# For us Platinum Subscribers Only



## phrelin (Jan 18, 2007)

This is actually news from TV Week headlined Anglers Association Lands Show on World Fishing Net:


> "It says a lot that when the premier membership group of bass-fishing professionals decided to enter into the broadcasting arena, they chose WFN, the ultimate destination for all things fishing," Mark Rubinstein, president of WFN, said in a statement. "The more than 50 million sport fishing enthusiasts in North America are hungry for programming that speaks to their passion and lifestyle. This partnership will bring them unfettered access to the world's best bass-fishing professionals."


And I thought it was a waste in my Platinum Package.


----------



## todbnla (Aug 2, 2008)

So when will this show up?


----------



## phrelin (Jan 18, 2007)

todbnla said:


> So when will this show up?


January. And they're producing a whole 13 half-hour episodes "highlighting strategies, instructional tips and profiles of professional anglers" with "appearances by Professional Anglers Association Tour Level members." So for 13 weeks there'll be only 167⅓ hours left to fill.


----------



## russ9 (Jan 28, 2004)

More possible shows for “The more than 50 million sport fishing enthusiasts in North America hungry for programming "

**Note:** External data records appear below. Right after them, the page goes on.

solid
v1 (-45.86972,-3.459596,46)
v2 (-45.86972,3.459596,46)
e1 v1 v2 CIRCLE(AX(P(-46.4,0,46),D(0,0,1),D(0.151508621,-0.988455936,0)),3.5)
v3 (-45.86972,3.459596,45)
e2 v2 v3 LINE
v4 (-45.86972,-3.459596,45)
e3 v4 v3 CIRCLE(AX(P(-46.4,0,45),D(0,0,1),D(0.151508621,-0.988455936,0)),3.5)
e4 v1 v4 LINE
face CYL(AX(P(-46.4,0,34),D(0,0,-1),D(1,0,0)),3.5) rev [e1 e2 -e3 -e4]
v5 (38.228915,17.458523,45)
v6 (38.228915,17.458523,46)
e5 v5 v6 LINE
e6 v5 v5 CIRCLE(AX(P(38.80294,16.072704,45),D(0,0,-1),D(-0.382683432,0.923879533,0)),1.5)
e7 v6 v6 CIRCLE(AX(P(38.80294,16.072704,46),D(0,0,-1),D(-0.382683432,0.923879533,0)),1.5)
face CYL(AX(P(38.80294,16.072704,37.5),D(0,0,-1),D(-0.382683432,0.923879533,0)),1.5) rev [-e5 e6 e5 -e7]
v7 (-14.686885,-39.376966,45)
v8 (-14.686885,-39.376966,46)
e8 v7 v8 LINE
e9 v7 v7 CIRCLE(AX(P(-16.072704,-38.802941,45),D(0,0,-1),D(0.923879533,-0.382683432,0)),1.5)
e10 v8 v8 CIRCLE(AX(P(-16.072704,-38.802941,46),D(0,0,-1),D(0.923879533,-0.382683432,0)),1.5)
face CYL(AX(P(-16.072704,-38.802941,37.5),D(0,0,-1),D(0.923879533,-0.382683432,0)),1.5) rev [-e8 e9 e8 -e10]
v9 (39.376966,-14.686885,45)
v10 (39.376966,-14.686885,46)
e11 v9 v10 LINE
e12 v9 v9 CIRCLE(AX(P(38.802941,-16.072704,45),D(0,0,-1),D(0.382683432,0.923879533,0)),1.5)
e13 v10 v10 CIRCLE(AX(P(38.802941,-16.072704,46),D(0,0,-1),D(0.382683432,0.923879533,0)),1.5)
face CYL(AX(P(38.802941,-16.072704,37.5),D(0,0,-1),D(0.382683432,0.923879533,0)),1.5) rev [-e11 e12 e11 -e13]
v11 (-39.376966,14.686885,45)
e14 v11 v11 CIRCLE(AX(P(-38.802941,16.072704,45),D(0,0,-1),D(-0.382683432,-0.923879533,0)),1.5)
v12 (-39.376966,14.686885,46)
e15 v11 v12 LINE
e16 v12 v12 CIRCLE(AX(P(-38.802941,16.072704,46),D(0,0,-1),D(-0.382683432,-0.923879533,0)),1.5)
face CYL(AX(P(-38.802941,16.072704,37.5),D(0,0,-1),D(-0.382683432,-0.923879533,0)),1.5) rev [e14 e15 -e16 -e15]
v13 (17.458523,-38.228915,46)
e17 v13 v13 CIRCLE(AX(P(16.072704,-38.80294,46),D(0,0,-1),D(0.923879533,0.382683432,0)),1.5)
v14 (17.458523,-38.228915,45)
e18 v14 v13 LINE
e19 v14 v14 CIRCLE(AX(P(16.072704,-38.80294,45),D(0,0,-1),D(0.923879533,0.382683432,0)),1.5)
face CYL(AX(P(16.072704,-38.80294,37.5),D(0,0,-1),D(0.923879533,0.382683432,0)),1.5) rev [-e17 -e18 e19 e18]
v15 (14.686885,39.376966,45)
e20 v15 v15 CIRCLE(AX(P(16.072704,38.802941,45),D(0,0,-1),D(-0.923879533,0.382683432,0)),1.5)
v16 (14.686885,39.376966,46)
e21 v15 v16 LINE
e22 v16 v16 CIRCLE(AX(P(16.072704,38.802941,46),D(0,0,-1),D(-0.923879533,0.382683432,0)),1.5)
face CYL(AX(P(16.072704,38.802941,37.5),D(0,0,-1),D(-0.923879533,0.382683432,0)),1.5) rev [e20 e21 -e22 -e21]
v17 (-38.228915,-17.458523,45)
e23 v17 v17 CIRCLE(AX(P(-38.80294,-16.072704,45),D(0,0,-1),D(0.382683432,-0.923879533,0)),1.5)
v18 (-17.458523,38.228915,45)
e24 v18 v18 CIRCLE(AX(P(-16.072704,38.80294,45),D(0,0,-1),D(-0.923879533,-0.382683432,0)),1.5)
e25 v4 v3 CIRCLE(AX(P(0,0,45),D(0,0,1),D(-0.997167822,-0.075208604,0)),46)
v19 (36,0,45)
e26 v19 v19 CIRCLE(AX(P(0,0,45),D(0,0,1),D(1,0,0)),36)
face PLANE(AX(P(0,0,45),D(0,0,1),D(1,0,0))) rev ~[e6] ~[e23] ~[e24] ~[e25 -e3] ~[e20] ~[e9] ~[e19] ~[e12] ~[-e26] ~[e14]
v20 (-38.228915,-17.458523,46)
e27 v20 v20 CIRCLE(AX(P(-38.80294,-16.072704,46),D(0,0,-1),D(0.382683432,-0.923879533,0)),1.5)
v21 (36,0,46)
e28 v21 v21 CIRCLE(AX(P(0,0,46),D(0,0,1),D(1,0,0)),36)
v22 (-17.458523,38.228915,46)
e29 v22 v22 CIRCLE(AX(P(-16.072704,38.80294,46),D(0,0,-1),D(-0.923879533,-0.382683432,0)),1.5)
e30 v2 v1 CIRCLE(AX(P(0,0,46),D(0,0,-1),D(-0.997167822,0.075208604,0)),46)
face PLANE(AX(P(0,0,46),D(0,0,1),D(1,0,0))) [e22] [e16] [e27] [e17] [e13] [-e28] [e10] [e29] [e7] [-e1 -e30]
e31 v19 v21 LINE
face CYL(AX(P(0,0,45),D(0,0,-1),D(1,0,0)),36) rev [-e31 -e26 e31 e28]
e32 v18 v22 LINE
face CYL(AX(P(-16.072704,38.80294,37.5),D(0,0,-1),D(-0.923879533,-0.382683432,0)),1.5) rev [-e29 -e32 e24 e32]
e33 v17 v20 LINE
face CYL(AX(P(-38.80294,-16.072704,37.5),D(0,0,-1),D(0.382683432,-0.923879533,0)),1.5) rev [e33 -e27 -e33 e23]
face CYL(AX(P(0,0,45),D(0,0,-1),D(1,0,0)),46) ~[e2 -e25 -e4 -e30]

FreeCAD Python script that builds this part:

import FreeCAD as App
import Part
import Sketcher

V = App.Vector


def add_polygon(sketch, points):
    """Adds a closed chain of lines whose ends are joined by coincident constraints."""
    first, n = sketch.GeometryCount, len(points)
    for a, b in zip(points, points[1:] + points[:1]):
        sketch.addGeometry(Part.LineSegment(App.Vector(*a, 0), App.Vector(*b, 0)), False)
    for i in range(n):
        sketch.addConstraint(Sketcher.Constraint("Coincident", first + i, 2, first + (i + 1) % n, 1))

doc = App.newDocument("Part")
body = doc.addObject("PartDesign::Body", "Body")

# Sketch on XY plane
sketch1 = body.newObject("Sketcher::SketchObject", "Sketch")
sketch1.AttachmentSupport = (doc.getObject("XY_Plane"), [""])
sketch1.MapMode = "FlatFace"
add_polygon(sketch1, [(0, 8), (0, 0), (6, 0), (6, 8)])  # lines 0-3
sketch1.addConstraint(Sketcher.Constraint("Vertical", 0))
sketch1.addConstraint(Sketcher.Constraint("Horizontal", 1))
sketch1.addConstraint(Sketcher.Constraint("Vertical", 2))
sketch1.addConstraint(Sketcher.Constraint("Horizontal", 3))
sketch1.addConstraint(Sketcher.Constraint("Coincident", 0, 2, -1, 1))
sketch1.addConstraint(Sketcher.Constraint("DistanceX", 1, 1, 1, 2, 6.0))
sketch1.addConstraint(Sketcher.Constraint("DistanceY", 0, 2, 0, 1, 8.0))
pad1 = body.newObject("PartDesign::Pad", "Pad")
pad1.Profile = sketch1
pad1.Length = 2
body2 = doc.addObject("PartDesign::Body", "Body001")
doc.recompute()

body.Placement = App.Placement(V(30.405592, -34.648232, 33), App.Rotation(V(0, 0, 1), 45))
boolean = body2.newObject("PartDesign::Boolean", "Boolean")
boolean.Type = "Fuse"
boolean.addObjects([body])
body3 = doc.addObject("PartDesign::Body", "Body002")

# Sketch on XY plane
sketch2 = body3.newObject("Sketcher::SketchObject", "Sketch001")
sketch2.AttachmentSupport = (doc.getObject("XY_Plane002"), [""])
sketch2.MapMode = "FlatFace"
sketch2.AttachmentOffset = App.Placement(V(0, 0, 33), App.Rotation())
add_polygon(sketch2, [(38, -3), (46, -3), (46, 3), (38, 3)])  # lines 0-3
sketch2.addConstraint(Sketcher.Constraint("Horizontal", 0))
sketch2.addConstraint(Sketcher.Constraint("Vertical", 1))
sketch2.addConstraint(Sketcher.Constraint("Horizontal", 2))
sketch2.addConstraint(Sketcher.Constraint("Vertical", 3))
sketch2.addConstraint(Sketcher.Constraint("DistanceX", 0, 1, 0, 2, 8.0))
sketch2.addConstraint(Sketcher.Constraint("DistanceY", 1, 1, 1, 2, 6.0))
sketch2.addConstraint(Sketcher.Constraint("DistanceX", -1, 1, 0, 2, 46.0))
sketch2.addConstraint(Sketcher.Constraint("DistanceY", 0, 2, -1, 1, 3.0))
pad2 = body3.newObject("PartDesign::Pad", "Pad001")
pad2.Profile = sketch2
pad2.Length = 2
body4 = doc.addObject("PartDesign::Body", "Body003")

All new season on WFN: Get Hooked
Next on WFN- One man's bait is another man's sushi.
A fishing tip from WFN - It's not the angling, it's the dangling. 
WFN Fly Fisherman Challenge - 20 tasty ways to cook flies.
WFN presents: Spawn II - Deadliest Salmon


----------



## 17pointer (Nov 16, 2007)

I'm sure as time goes on WFN will have more and more HD programming. I know my brothers show on WFN "The Next Bite" WFN actually black borders the entire show, it works perfect with dish to do streach and zoom twice to fill the entire screen. This for now gives a really crisp picture even through it's not true HD, but it is better than SD.


----------



## dennispap (Feb 1, 2007)

17pointer said:


> I'm sure as time goes on WFN will have more and more HD programming. I know my brothers show on WFN "The Next Bite" WFN actually black borders the entire show, *it works perfect with dish to do streach and zoom twice to fill the entire screen. This for now gives a really crisp picture even through it's not true HD, but it is better than SD*.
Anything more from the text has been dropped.